Max Born attended school in Breslau, studying a wide range of subjects. He showed little promise at school and in particular he showed more interest in the humanities than in the sciences. Entering the University of Breslau in 1901 he took a wide range of science subjects, mainly to go along with his father's wishes (his father had died shortly before Max left school).
Max's favourite subjects from the ones he studied were mathematics and astronomy and he thought of specialising in astronomy. He spent 1902 in Heidelberg, then 1903 at Zurich. In Zurich he attended his first course on advanced mathematics, a course by Hurwitz on elliptic functions.
Back in Breslau he talked to his fellow students Toeplitz and Hellinger who told him of the great teachers of mathematics, Klein, Hilbert and Minkowski, at the University of Göttingen. Born was soon in Göttingen attending lectures by Hilbert and Minkowski.

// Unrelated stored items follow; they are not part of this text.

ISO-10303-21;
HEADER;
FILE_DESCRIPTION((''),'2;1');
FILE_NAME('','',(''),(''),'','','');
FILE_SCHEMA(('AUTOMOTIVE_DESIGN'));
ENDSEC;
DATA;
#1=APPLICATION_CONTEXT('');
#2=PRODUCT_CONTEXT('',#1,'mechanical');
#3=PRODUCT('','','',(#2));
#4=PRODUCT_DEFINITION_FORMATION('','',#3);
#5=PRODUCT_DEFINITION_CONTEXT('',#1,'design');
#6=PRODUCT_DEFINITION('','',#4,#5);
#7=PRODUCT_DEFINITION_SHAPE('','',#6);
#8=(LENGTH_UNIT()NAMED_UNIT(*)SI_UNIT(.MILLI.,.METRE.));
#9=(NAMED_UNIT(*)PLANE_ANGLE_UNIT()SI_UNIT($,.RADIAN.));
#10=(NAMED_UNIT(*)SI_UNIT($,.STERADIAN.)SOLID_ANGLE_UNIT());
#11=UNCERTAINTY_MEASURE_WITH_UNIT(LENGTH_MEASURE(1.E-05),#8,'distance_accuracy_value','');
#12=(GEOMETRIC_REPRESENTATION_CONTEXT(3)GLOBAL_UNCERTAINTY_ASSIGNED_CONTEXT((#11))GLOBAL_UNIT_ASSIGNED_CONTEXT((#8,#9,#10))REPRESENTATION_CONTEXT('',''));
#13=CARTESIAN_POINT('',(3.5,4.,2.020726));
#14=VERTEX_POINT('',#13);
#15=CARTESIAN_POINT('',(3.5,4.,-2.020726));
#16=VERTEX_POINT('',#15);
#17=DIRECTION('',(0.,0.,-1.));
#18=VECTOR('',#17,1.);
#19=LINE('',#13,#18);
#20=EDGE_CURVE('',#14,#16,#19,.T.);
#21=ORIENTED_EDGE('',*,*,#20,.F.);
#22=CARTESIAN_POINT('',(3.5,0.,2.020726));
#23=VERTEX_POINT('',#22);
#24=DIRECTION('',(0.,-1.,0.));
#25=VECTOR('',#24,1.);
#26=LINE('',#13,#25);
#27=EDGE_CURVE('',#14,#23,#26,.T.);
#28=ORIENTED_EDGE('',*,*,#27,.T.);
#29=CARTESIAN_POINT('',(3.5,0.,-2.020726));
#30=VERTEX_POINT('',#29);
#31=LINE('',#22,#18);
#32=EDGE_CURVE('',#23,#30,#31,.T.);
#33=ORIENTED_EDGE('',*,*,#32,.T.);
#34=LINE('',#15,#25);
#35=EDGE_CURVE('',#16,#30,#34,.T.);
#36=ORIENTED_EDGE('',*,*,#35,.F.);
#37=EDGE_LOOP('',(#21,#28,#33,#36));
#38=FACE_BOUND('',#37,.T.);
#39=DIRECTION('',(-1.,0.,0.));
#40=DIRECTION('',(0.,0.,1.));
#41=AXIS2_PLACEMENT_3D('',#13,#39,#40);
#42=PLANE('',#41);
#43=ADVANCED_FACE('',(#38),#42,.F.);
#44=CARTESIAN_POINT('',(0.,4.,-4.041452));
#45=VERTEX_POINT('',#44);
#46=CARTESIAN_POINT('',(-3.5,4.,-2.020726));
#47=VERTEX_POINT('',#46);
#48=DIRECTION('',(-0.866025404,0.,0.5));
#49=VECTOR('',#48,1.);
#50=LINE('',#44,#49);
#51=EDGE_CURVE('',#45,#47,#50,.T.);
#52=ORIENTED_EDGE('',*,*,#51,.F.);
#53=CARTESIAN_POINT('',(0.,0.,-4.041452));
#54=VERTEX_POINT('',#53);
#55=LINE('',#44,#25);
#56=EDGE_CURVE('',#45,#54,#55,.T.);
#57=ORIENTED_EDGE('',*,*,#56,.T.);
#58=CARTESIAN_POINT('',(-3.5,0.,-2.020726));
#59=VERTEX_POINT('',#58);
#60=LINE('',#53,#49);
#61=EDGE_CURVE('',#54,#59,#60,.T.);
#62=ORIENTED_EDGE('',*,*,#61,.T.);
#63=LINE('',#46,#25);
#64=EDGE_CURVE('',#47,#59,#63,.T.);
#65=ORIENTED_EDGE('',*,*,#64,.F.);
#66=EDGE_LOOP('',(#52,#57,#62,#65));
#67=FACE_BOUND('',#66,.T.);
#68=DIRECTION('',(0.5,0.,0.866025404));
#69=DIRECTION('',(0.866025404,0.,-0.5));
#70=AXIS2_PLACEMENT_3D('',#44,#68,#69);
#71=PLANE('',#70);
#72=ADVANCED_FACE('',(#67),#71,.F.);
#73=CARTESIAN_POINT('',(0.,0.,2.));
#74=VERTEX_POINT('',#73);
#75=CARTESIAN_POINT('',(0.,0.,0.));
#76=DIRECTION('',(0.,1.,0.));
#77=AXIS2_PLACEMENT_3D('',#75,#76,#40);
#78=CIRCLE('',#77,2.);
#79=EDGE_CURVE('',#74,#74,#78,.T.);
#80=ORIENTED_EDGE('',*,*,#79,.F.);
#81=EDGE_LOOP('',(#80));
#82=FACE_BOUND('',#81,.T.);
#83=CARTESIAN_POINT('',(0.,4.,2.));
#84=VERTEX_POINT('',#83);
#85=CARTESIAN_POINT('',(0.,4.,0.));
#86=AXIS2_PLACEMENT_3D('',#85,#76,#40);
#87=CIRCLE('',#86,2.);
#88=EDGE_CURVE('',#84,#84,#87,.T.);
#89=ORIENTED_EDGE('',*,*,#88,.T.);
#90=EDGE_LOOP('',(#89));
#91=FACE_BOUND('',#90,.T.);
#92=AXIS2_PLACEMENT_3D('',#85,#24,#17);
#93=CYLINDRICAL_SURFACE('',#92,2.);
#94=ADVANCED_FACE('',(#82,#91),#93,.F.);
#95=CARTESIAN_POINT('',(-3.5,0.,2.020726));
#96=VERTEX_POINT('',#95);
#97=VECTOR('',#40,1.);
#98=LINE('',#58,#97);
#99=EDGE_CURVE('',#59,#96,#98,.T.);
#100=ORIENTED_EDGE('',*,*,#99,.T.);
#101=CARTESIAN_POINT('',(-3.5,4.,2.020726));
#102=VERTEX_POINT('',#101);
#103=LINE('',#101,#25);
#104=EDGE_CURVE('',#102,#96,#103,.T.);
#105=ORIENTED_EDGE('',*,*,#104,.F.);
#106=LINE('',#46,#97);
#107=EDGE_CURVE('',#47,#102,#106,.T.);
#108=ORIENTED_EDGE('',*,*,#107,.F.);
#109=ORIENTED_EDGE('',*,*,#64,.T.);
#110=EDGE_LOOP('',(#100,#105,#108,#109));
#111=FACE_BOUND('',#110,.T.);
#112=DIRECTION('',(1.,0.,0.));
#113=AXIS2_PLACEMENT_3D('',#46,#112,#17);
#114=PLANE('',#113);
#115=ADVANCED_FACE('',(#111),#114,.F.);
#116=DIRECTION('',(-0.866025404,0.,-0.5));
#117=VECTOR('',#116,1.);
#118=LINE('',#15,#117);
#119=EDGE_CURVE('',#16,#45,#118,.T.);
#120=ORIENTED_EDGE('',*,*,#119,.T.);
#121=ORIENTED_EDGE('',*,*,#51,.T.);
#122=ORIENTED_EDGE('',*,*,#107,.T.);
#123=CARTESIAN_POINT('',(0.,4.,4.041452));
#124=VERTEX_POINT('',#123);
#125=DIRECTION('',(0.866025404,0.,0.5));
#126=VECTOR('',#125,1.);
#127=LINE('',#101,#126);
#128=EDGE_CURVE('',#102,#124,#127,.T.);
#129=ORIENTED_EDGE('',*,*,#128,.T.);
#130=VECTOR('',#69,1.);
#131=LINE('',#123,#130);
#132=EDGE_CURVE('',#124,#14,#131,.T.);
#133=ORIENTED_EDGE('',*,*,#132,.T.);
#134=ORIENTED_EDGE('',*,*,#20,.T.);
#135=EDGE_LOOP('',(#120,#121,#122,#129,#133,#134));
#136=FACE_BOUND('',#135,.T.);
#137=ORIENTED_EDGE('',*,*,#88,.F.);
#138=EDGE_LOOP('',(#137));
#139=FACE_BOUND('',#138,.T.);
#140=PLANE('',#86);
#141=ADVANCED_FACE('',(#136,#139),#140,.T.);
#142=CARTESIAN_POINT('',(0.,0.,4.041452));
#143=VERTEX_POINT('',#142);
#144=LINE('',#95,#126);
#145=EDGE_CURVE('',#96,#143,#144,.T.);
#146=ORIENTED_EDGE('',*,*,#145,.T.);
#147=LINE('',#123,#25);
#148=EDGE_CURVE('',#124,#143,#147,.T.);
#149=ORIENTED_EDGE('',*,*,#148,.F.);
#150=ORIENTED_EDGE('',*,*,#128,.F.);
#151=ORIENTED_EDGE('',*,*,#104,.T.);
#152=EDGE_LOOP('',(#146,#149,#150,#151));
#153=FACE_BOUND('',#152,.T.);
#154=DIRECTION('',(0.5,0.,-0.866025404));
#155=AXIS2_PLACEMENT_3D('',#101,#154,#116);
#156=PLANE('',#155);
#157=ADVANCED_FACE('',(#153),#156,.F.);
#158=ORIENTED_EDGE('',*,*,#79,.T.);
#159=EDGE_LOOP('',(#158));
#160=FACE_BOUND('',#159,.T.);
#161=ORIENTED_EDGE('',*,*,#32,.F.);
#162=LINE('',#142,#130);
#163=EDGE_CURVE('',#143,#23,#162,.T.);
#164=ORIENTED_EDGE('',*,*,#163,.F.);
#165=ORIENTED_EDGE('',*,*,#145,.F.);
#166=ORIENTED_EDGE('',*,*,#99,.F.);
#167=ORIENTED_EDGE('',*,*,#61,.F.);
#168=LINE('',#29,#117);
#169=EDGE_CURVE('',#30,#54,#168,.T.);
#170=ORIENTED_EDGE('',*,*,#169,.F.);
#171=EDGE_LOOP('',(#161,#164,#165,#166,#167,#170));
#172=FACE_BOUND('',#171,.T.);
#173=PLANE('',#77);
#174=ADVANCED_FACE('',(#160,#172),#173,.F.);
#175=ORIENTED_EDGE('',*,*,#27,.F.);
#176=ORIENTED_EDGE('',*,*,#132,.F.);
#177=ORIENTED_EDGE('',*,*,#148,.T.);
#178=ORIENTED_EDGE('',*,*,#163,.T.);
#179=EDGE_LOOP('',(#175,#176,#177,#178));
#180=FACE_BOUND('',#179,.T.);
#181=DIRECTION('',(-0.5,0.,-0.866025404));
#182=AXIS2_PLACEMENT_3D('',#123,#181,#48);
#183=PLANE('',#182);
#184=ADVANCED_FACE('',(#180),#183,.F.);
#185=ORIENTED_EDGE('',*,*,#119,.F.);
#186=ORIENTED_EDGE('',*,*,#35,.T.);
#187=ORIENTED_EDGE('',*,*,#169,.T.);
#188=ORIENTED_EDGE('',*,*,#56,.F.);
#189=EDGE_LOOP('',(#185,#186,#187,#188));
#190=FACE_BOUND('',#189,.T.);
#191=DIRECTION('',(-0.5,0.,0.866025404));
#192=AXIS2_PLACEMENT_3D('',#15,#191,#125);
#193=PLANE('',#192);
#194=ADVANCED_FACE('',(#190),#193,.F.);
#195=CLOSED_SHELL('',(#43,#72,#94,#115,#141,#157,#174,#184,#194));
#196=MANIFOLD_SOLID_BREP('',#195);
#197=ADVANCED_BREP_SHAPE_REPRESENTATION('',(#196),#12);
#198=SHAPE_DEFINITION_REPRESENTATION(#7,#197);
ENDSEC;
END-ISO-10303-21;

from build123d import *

# Parameters (mm, degrees)
SKETCH1_R           = 2
BOSS_EXTRUDE1_DEPTH = 4


with BuildPart() as part:
    # Sketch1 → Boss-Extrude1 (new body)
    with BuildSketch(Plane(origin=(0, 0, 0), x_dir=(1, 0, 0), z_dir=(0, 1, 0))):
        Polygon((0, -4.041451884), (3.5, -2.020725942), (3.5, 2.020725942), (0, 4.041451884), (-3.5, 2.020725942), (-3.5, -2.020725942), align=None)
        Circle(SKETCH1_R, mode=Mode.SUBTRACT)
    extrude(amount=BOSS_EXTRUDE1_DEPTH)


solid = part.part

He became Hilbert's assistant in 1905, continuing to attend lectures by Klein and Runge. However he annoyed Klein by only making irregular attendances at his lectures, so Born decided to substitute astronomy for geometry as one of his doctoral subjects. He attended Schwarzschild's astronomy lectures and successfully obtained his doctorate in 1907.
In addition to the mathematicians mentioned above, Born was in contact with Courant, Schmidt and Carathéodory around this period. After taking his doctorate he visited Cambridge for a while but made less of Larmor's lectures than he might because he had difficulty with Larmor's Irish accent.
Born returned to Breslau, then visited Göttingen again in 1909 and began a collaboration with Minkowski who died only weeks after the collaboration had begun. In 1912 Born was offered a post in Göttingen and, once on the teaching staff, he began a research project with von Kármán. This work was on lattice dynamics where they identified the degrees of freedom of a crystal with the normal modes of vibration of the whole body. Their work uses three dimensional Fourier analysis and periodic boundary conditions.
In 1914 Born was offered a chair at Berlin where he became a colleague of Planck. In 1919 he moved to a chair in Frankfurt-am-Main but two years later he was back in Göttingen.
In 1921, the year he became professor at Göttingen, he reformulated the First Law of Thermodynamics. In 1926 Born collaborated with Pauli and Heisenberg, who was a student of Born's, on quantum theory. Born recognised Heisenberg's approach to quantum mechanics as being matrix algebra.
Born produced work of fundamental importance in quantum mechanics beginning with this collaboration. His treatment replaced the original quantum theory, which regarded electrons as particles, with a mathematical description representing their observed behaviour more accurately.
Born was forced, as a Jew, to flee Germany in 1933 and, after a short while in the north of Italy, he accepted an offer to became Stokes lecturer at Cambridge.
In 1936 he was appointed to a chair in Edinburgh. There he introduced a continental style research group comprising mostly refugees from Europe. One of his research students described Born's days in Edinburgh:-
When Born arrived in the morning he first used to make the round of his research students, asking them whether they had any progress to report, and giving them advice, sometimes presenting them with sheets of elaborate calculations concerning their problems which he had himself done the day before. ... The rest of the morning was spent by Born in delivering his lectures to undergraduate honours students, attending to departmental business, and doing research work of his own. Most of the latter, however he used to carry out at home in the afternoons and evenings.Born returned to Germany when he retired in 1953 making his home in Bad Pyrmont, near Göttingen. He was awarded the 1954 Nobel Prize for his statistical studies of wave functions. He received many other honours, far too numerous to mention. To name a few - he was elected a fellow of the Royal Society in 1939 and awarded its Hughes Medal in 1950:-
... for his contributions to theoretical physics an general and to the development of quantum mechanics in particular.He received the Stokes Medal from the University of Cambridge, two German schools were named after him and he was made an honorary member of academies in Russia, India, Romania, Peru, Ireland, Scotland, Denmark, Sweden and the USA.
Born wrote many textbooks and monographs, mostly for students or experts in the subjects but some popular accounts of science. His publication list includes at least 360 items.